Some of my thoughts, filtered slightly for public consumption.

Understanding Transformers

The famous Attention Is All You Need paper is very readable for cutting-edge research, but still assumes a fair amount of background familiarity with neural networks and existing research avenues — both in order to actually draw the full model it describes, and to motivate the design choices the authors made. Without this background it has taken me a fair amount of work to understand, so I've written this up both to clarify my own understanding and to help others.

The Transformer Architecture

Deep learning models for text generally consist of:

  1. A tokenizer that has a list of 10s or 100s of thousands of tokens (often whole words) which converts the text into these tokens, represented as vectors with a 1 at the index of the corresponding tokens and 0s in every other index. This is known as a sparse representation of the text.
  2. A linear map that converts the sparse representation to a much lower-dimensional dense representation.
  3. A multi-layered neural network that repeatedly transforms this dense representation.
  4. A head that transforms the final layer's output into the desired output, e.g. text.

Each layer in the neural network can contain various sub-layers, but in many architectures including Transformers these will always include:

  1. A linear map from the previous layer
  2. A non-linear activation function applied elementwise to the linear map's output
  3. A normalization function to keep the output norm constant (or at least bounded)

The original paper focused on a specific type of deep learning model known as an encoder-decoder model, which was at the time the dominant approach to deep learning models for text-based tasks such as translation, however the Transformer architecture is not specific to encoder-decoder models.
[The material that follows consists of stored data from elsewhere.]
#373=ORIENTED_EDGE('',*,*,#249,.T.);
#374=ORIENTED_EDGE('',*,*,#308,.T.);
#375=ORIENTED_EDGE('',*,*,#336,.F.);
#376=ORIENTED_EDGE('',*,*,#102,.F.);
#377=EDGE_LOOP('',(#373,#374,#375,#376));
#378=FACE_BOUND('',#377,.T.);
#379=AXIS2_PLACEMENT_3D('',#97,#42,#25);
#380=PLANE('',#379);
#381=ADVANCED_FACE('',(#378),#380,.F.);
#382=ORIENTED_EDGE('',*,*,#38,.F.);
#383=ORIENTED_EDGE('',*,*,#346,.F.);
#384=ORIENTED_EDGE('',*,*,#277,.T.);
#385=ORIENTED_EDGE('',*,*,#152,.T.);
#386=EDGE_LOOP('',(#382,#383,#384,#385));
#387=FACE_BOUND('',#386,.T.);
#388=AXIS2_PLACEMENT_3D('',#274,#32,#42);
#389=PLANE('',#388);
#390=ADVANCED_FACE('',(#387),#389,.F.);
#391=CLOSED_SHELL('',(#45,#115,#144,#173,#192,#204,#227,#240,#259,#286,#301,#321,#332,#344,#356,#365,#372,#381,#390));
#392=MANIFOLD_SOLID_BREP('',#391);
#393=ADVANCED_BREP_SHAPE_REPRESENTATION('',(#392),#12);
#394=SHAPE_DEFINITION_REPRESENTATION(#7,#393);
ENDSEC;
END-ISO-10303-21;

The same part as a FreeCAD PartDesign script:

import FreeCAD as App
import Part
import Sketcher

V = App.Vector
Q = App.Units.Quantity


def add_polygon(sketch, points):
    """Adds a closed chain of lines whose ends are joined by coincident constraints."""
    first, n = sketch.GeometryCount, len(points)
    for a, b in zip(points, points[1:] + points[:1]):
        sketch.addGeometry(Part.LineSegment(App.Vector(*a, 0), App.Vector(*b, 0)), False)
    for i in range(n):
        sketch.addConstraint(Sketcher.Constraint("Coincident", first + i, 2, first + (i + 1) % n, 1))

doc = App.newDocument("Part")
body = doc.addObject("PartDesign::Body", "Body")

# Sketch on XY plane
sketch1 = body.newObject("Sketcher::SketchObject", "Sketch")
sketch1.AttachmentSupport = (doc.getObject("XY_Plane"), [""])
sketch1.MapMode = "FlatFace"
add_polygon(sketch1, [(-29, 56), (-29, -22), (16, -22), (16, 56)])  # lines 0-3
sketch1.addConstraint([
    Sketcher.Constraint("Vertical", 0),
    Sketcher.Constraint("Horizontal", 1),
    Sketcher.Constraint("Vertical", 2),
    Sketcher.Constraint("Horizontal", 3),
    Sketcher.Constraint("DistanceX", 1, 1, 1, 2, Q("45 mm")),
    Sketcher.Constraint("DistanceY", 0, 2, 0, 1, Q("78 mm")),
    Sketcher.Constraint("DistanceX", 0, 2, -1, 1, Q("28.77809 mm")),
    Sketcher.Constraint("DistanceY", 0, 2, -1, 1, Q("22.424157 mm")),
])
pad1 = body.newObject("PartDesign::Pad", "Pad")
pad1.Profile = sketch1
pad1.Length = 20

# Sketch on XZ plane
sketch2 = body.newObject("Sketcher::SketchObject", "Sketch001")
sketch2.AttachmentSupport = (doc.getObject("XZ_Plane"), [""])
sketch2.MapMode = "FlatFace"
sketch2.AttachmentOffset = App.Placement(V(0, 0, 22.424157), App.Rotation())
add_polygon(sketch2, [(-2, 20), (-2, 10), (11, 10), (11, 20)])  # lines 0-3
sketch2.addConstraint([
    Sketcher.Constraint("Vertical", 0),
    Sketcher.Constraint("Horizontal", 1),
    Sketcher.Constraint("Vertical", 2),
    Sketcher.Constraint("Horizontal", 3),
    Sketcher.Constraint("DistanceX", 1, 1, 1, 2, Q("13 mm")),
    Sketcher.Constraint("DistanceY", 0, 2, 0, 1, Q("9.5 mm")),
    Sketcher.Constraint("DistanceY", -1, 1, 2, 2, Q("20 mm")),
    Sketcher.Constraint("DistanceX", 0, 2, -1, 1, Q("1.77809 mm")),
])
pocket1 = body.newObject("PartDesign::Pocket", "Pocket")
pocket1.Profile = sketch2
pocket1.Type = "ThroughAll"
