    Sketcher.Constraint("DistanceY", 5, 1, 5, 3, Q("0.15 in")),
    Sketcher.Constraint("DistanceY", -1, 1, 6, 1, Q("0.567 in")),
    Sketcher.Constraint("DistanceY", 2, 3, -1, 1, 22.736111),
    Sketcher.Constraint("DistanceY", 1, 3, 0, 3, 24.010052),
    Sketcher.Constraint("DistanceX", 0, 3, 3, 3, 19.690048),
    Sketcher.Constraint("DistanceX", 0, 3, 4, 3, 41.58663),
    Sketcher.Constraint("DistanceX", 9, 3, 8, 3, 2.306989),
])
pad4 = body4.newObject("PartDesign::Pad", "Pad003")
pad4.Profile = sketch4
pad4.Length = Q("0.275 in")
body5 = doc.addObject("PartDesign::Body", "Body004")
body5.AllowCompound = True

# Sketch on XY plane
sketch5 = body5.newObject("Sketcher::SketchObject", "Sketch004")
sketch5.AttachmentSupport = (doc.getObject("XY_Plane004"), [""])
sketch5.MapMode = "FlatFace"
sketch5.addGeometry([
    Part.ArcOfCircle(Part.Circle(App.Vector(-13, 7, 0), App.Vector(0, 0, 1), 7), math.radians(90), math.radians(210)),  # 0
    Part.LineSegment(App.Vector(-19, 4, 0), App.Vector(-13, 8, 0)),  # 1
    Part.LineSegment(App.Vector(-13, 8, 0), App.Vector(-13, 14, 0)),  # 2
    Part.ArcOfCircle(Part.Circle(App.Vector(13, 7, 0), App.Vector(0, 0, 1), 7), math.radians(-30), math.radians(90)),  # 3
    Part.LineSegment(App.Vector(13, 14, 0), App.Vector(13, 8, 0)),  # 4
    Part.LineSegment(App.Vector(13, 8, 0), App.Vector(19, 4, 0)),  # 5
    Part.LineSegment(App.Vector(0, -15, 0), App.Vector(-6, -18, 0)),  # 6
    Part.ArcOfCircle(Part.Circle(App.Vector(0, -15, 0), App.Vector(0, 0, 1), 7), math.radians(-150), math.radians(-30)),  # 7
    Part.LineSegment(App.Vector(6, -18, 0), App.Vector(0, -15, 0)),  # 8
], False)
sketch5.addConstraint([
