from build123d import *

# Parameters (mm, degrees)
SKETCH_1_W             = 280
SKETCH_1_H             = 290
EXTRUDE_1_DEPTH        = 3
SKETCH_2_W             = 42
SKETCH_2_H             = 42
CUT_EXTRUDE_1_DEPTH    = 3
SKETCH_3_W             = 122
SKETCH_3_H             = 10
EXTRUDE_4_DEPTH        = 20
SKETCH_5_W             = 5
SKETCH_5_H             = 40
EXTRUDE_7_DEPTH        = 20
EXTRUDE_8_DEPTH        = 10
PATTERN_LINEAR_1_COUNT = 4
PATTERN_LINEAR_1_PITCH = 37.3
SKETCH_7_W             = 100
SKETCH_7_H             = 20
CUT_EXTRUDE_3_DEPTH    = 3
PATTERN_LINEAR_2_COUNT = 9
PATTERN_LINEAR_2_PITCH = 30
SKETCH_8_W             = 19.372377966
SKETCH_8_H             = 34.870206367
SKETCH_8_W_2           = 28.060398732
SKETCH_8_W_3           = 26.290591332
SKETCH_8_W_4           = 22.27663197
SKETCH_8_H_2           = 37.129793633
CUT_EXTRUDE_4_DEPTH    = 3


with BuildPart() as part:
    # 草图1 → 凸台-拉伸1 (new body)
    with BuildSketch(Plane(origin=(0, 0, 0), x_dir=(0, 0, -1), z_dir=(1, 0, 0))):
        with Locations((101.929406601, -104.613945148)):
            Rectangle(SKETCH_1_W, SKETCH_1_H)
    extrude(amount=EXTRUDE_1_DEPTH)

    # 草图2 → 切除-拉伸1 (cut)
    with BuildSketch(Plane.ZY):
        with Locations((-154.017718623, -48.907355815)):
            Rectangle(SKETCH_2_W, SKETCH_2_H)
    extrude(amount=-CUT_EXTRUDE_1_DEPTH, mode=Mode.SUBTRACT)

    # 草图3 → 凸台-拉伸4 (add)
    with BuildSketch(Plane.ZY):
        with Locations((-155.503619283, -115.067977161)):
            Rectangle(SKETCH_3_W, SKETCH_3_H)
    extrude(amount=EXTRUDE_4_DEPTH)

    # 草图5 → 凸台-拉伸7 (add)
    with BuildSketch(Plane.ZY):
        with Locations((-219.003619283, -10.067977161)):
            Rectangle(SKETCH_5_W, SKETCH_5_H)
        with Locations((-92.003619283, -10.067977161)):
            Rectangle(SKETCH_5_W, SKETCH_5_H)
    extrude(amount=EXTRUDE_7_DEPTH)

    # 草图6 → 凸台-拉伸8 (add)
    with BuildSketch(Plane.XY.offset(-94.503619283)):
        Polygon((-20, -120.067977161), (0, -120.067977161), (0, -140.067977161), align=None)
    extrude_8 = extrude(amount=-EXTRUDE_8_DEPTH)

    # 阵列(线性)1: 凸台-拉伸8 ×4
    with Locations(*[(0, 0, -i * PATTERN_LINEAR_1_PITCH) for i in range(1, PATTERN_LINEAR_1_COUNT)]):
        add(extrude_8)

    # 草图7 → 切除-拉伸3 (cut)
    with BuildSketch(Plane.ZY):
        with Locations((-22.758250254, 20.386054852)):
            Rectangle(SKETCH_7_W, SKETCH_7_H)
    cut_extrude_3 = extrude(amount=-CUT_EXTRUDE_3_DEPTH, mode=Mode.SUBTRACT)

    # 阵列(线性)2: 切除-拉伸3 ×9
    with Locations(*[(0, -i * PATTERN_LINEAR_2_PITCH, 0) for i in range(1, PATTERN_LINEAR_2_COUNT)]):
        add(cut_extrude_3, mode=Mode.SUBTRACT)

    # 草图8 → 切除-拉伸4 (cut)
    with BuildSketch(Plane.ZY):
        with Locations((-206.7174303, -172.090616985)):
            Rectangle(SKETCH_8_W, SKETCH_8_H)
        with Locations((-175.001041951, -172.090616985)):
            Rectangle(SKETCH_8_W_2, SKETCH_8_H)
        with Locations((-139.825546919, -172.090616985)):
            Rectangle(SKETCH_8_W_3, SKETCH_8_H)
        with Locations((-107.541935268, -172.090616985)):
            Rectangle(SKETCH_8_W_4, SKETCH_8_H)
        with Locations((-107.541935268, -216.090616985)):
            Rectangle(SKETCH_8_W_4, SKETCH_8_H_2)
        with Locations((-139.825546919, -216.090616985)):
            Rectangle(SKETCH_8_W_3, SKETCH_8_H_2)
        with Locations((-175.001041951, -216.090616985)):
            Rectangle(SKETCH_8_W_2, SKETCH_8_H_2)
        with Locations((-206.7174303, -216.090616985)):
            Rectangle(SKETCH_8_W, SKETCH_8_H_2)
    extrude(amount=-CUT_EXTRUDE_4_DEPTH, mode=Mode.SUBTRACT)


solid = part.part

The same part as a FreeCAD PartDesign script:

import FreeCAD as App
import Part
import Sketcher
from FreeCAD import Vector


def add_polygon(sketch, points):
    """Adds a closed chain of lines whose ends are joined by coincident constraints."""
    first, n = sketch.GeometryCount, len(points)
    for a, b in zip(points, points[1:] + points[:1]):
        sketch.addGeometry(Part.LineSegment(App.Vector(*a, 0), App.Vector(*b, 0)), False)
    for i in range(n):
        sketch.addConstraint(Sketcher.Constraint("Coincident", first + i, 2, first + (i + 1) % n, 1))

doc = App.newDocument("Part")
params = doc.addObject("Spreadsheet::Sheet", "Params")
for row, (alias, value) in enumerate([
    ("sketch1_width", "290 mm"),
    ("sketch1_height", "280 mm"),
    ("pad1_length", "3 mm"),
    ("sketch2_width", "42 mm"),
    ("pocket1_length", "3 mm"),
    ("sketch3_width", "10 mm"),
    ("sketch3_height", "122 mm"),
    ("pad2_length", "20 mm"),
    ("sketch4_width", "40 mm"),
    ("sketch4_height", "5 mm"),
    ("pad3_length", "20 mm"),
    ("sketch5_width", "20 mm"),
    ("pad4_length", "10 mm"),
    ("linearpattern_pitch", "37.3 mm"),
    ("sketch6_width", "20 mm"),
    ("sketch6_height", "100 mm"),
    ("pocket2_length", "3 mm"),
    ("linearpattern2_pitch", "30 mm"),
    ("pocket3_length", "3 mm"),
], start=1):
    params.set(f"A{row}", alias)
    params.set(f"B{row}", "=" + value)
    params.setAlias(f"B{row}", alias)

body = doc.addObject("PartDesign::Body", "Body")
As the name suggests, an encoder-decoder model consists of 2 components:

The decoder is typically run repeatedly, taking the highest-probability output token in the N+1 index and running the decoder again, until a special "end of sequence" token is predicted or the output hits a length limit. Sometimes a search strategy is used, taking multiple possible output tokens and continuing to generate with them for several iterations before using some heuristic to discard most branches in the search tree, but this is very computationally expensive.
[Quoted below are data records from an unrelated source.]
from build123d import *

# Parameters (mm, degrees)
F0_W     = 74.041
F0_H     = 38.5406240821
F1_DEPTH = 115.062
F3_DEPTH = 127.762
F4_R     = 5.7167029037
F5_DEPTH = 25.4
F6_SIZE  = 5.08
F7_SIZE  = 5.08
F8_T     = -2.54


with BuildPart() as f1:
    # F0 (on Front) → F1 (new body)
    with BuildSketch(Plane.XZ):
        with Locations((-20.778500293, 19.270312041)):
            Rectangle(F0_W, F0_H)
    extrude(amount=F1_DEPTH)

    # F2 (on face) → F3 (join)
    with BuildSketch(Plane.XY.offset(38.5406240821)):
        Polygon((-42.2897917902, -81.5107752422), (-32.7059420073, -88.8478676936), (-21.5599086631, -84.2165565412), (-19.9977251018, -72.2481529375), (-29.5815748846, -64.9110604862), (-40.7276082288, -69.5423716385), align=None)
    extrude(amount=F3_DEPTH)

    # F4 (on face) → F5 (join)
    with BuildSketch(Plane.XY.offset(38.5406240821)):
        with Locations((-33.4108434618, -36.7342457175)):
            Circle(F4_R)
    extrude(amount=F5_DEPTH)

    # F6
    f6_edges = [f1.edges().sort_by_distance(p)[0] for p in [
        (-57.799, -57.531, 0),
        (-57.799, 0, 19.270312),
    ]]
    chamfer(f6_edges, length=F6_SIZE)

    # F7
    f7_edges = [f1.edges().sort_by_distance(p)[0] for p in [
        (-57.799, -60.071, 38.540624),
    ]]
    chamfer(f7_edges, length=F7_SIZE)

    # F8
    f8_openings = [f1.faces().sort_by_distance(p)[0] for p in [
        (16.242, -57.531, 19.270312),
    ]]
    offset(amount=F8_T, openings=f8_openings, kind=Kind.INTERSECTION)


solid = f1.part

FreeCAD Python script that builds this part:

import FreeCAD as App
import Part
import Sketcher
Q = App.Units.Quantity


def edges_at(feature, points):
    """Names of the edges that pass closest to the given points."""
    edges = feature.Shape.Edges
    near = lambda p: min(range(len(edges)), key=lambda i: edges[i].distToShape(Part.Vertex(*p))[0])
    return sorted({f"Edge{near(p) + 1}" for p in points})


def faces_at(feature, points):
    """Names of the faces that lie closest to the given points."""
    faces = feature.Shape.Faces
    near = lambda p: min(range(len(faces)), key=lambda i: faces[i].distToShape(Part.Vertex(*p))[0])
    return sorted({f"Face{near(p) + 1}" for p in points})


def add_polygon(sketch, points):
    """Adds a closed chain of lines whose ends are joined by coincident constraints."""
    first, n = sketch.GeometryCount, len(points)
    for a, b in zip(points, points[1:] + points[:1]):
        sketch.addGeometry(Part.LineSegment(App.Vector(*a, 0), App.Vector(*b, 0)), False)
    for i in range(n):
        sketch.addConstraint(Sketcher.Constraint("Coincident", first + i, 2, first + (i + 1) % n, 1))

doc = App.newDocument("Part")
body = doc.addObject("PartDesign::Body", "Body")

# Sketch on XZ plane
sketch1 = body.newObject("Sketcher::SketchObject", "Sketch")
sketch1.AttachmentSupport = (doc.getObject("XZ_Plane"), [""])
sketch1.MapMode = "FlatFace"
add_polygon(sketch1, [(-57.799, 38.540624), (-57.799, 0), (16.242, 0), (16.242, 38.540624)])  # lines 0-3
sketch1.addConstraint([
    Sketcher.Constraint("Vertical", 0),
    Sketcher.Constraint("Horizontal", 1),
    Sketcher.Constraint("Vertical", 2),
    Sketcher.Constraint("Horizontal", 3),
    Sketcher.Constraint("PointOnObject", 0, 2, -1),
    Sketcher.Constraint("DistanceX", 1, 1, 1, 2, Q("2.915 in")),
    Sketcher.Constraint("DistanceX", 0, 2, -1, 1, 57.799),
    Sketcher.Constraint("DistanceY", 0, 2, 0, 1, 38.540624),
])
pad1 = body.newObject("PartDesign::Pad", "Pad")
pad1.Profile = sketch1
pad1.Length = Q("4.53 in")

# Sketch on XY plane
sketch2 = body.newObject("Sketcher::SketchObject", "Sketch001")
sketch2.AttachmentSupport = (doc.getObject("XY_Plane"), [""])
sketch2.MapMode = "FlatFace"
sketch2.AttachmentOffset = App.Placement(App.Vector(0, 0, 38.540624), App.Rotation())
add_polygon(sketch2, [(-42.289792, -81.510775), (-32.705942, -88.847868), (-21.559909, -84.216557), (-19.997725, -72.248153), (-29.581575, -64.91106), (-40.727608, -69.542372)])  # lines 0-5
sketch2.addConstraint([
    Sketcher.Constraint("Parallel", 0, 3),
    Sketcher.Constraint("Parallel", 1, 4),
    Sketcher.Constraint("Parallel", 2, 5),
    Sketcher.Constraint("Equal", 0, 1),
    Sketcher.Constraint("Equal", 1, 2),
    Sketcher.Constraint("Equal", 2, 3),
    Sketcher.Constraint("DistanceX", 4, 2, 1, 2, 19.1677),
    Sketcher.Constraint("DistanceX", 1, 2, -1, 1, 21.559909),
    Sketcher.Constraint("DistanceY", 3, 2, -1, 1, 64.91106),
    Sketcher.Constraint("DistanceY", 4, 2, -1, 1, 69.542372),
    Sketcher.Constraint("DistanceX", 5, 2, -1, 1, 42.289792),
    Sketcher.Constraint("DistanceX", 3, 2, 2, 2, 9.58385),
])
pad2 = body.newObject("PartDesign::Pad", "Pad001")
pad2.Profile = sketch2
pad2.Length = Q("5.03 in")

# Sketch on XY plane
sketch3 = body.newObject("Sketcher::SketchObject", "Sketch002")
sketch3.AttachmentSupport = (doc.getObject("XY_Plane"), [""])
sketch3.MapMode = "FlatFace"
sketch3.AttachmentOffset = App.Placement(App.Vector(0, 0, 38.540624), App.Rotation())
sketch3.addGeometry(Part.Circle(App.Vector(-33.410843, -36.734246, 0), App.Vector(0, 0, 1), 5.716703), False)
sketch3.addConstraint([
    Sketcher.Constraint("Diameter", 0, 11.433406),
    Sketcher.Constraint("DistanceX", 0, 3, -1, 1, 33.410843),
    Sketcher.Constraint("DistanceY", 0, 3, -1, 1, 36.734246),
])
pad3 = body.newObject("PartDesign::Pad", "Pad002")
pad3.Profile = sketch3
pad3.Length = Q("1 in")
doc.recompute()

chamfer = body.newObject("PartDesign::Chamfer", "Chamfer")
chamfer.Base = (pad3, edges_at(pad3, [(-57.799, -57.531, 0), (-57.799, 0, 19.27)]))
chamfer.Size = Q("0.2 in")
doc.recompute()

chamfer2 = body.newObject("PartDesign::Chamfer", "Chamfer001")
chamfer2.Base = (chamfer, edges_at(chamfer, [(-57.799, -60.071, 38.541)]))
chamfer2.Size = Q("0.2 in")
doc.recompute()

thickness = body.newObject("PartDesign::Thickness", "Thickness")
thickness.Base = (chamfer2, faces_at(chamfer2, [(16.242, -57.531, 19.27)]))
thickness.Value = Q("0.1 in")
thickness.Reversed = True
thickness.Join = "Intersection"

doc.recompute()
The Transformer architecture introduces several components to this:

Training Models

Another important piece of background information to understand is that neural networks in general are known to be universal approximators — regardless of the exact structure, any neural network can be trained to approximate any function or imitate any program, provided it is large enough. Furthermore, while there are theoretical bounds on the size of the neural network necessary to approximate various kinds of functions or solve various classes of problems, these results have not generally mapped well onto the performance of the models in practice. As a result, it is irresponsible to talk about a deep learning model without talking about the training process.

In general, deep learning models are trained via a relatively simple process, iterating over a large number of data points and at each iteration:

  1. Running the model on the input
  2. Along the way, computing and tracking the derivative for each operation (a process called automatic differentiation) with respect to the learnable parameters of the model
  3. Computing a loss based on an objective function (usually some notion of distance to some expected output for that input) and the derivative of this objective function with respect to all parameters of the model, using the previously computed derivatives and the chain rule
  4. Updating the parameters by a small amount along the direction that minimizes the objective function

Additionally, it is typical to randomly zero a fraction of the outputs of each layer at each training step in order to make the model learn a more robust (though more redundant) representation and to break certain symmetries. This is known as dropout.
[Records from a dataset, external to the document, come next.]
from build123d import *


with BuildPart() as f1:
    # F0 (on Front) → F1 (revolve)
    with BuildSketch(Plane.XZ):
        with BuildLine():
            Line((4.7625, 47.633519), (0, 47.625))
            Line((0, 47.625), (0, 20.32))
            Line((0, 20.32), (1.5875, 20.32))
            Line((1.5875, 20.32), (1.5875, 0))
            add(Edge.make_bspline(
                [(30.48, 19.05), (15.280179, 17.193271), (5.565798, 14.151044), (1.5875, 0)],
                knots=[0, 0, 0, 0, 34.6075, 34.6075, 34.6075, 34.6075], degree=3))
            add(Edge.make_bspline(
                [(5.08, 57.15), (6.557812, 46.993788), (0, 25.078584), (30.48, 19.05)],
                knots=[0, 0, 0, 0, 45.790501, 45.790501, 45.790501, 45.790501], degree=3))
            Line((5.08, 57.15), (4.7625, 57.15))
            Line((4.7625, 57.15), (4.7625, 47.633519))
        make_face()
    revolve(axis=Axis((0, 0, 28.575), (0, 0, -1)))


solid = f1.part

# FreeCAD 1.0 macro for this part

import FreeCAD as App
import Part
import Sketcher
Q = App.Units.Quantity

doc = App.newDocument("Part")
body = doc.addObject("PartDesign::Body", "Body")

# Sketch on XZ plane
sketch1 = body.newObject("Sketcher::SketchObject", "Sketch")
sketch1.AttachmentSupport = (doc.getObject("XZ_Plane"), [""])
sketch1.MapMode = "FlatFace"
sketch1.addGeometry([
    Part.LineSegment(App.Vector(4.7625, 47.633519, 0), App.Vector(0, 47.625, 0)),  # 0
    Part.LineSegment(App.Vector(0, 47.625, 0), App.Vector(0, 20.32, 0)),  # 1
    Part.LineSegment(App.Vector(0, 20.32, 0), App.Vector(1.5875, 20.32, 0)),  # 2
    Part.LineSegment(App.Vector(1.5875, 20.32, 0), App.Vector(1.5875, 0, 0)),  # 3
    Part.BSplineCurve([App.Vector(30.48, 19.05, 0), App.Vector(15.280179, 17.193271, 0), App.Vector(5.565798, 14.151044, 0), App.Vector(1.5875, 0, 0)], [4, 4], [0, 34.6075], False, 3, [1, 1, 1, 1], False),  # 4
    Part.BSplineCurve([App.Vector(5.08, 57.15, 0), App.Vector(6.557812, 46.993788, 0), App.Vector(0, 25.078584, 0), App.Vector(30.48, 19.05, 0)], [4, 4], [0, 45.790501], False, 3, [1, 1, 1, 1], False),  # 5
    Part.LineSegment(App.Vector(5.08, 57.15, 0), App.Vector(4.7625, 57.15, 0)),  # 6
    Part.LineSegment(App.Vector(4.7625, 57.15, 0), App.Vector(4.7625, 47.633519, 0)),  # 7
], False)
sketch1.addConstraint([
    Sketcher.Constraint("Block", 4),
    Sketcher.Constraint("Block", 5),
    Sketcher.Constraint("Coincident", 0, 2, 1, 1),
    Sketcher.Constraint("Coincident", 1, 2, 2, 1),
    Sketcher.Constraint("Coincident", 2, 2, 3, 1),
    Sketcher.Constraint("Coincident", 3, 2, 4, 2),
    Sketcher.Constraint("Coincident", 5, 1, 6, 1),
    Sketcher.Constraint("Coincident", 6, 2, 7, 1),
    Sketcher.Constraint("Coincident", 7, 2, 0, 1),
    Sketcher.Constraint("Vertical", 1),
    Sketcher.Constraint("Horizontal", 2),
    Sketcher.Constraint("Vertical", 3),
    Sketcher.Constraint("Horizontal", 6),
    Sketcher.Constraint("Vertical", 7),
    Sketcher.Constraint("PointOnObject", 0, 2, -2),
    Sketcher.Constraint("DistanceY", 3, 2, 3, 1, Q("0.8 in")),
    Sketcher.Constraint("DistanceY", 1, 2, 1, 1, Q("1.075 in")),
    Sketcher.Constraint("DistanceX", 6, 2, 6, 1, Q("0.0125 in")),
    Sketcher.Constraint("DistanceY", 7, 2, 7, 1, Q("9.516481 mm")),
])
revolution = body.newObject("PartDesign::Revolution", "Revolution")
revolution.Profile = sketch1
revolution.ReferenceAxis = (sketch1, ["V_Axis"])
revolution.Angle = 360

doc.recompute()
While choices such as how much to update in each iteration (the learning rate) and the exact notion of distance used (known as the loss function) have an impact, by far the most important choice in training the model is the dataset used and what outputs are expected. This might seem overdetermined — if you are trying to train a model to perform a certain task, surely you should train on examples of the inputs and outputs of that task? However, in practice it is better to train primarily on tasks that foster a greater "understanding" than tasks that are closest to your use case, and only afterwards train on the desired task for a much smaller number of iterations. Often this involves switching out the head to generate a different kind of output, such as a binary classifier. This insight was best illustrated with the creation of BERT in 2018, which was trained to predict sequences of masked tokens within text and then fine-tuned for various downstream tasks — achieving state-of-the-art performance on each.

Current Frontier Models

Most current models for general text generation use an even simpler architecture — they are decoder-only, with no encoder and hence no cross-attention. Instead of feeding the input text to an encoder, these models rely on some simple transformation of the input text so that the model can reasonably treat it as the earlier part of its output which it is simply continuing. A common method is to turn the input into the start of a dialog, e.g. if the user asks "What is 1+1?" the decoder will be asked to predict the next token in this sequence:

User: What is 1+1?
Assistant:

Decoder-only models are more parallelizable than encoder-decoder models, which has allowed creating larger models with longer context windows. For most applications this trade-off has been worthwhile.

Decoder-only models are not well-suited to masking technique used to train BERT, but are instead trained on a large variety of tasks that have been structured as continuing a stream of text. The exact details are closely guarded trade secrets, since the training data and process differentiates these models more than architecture.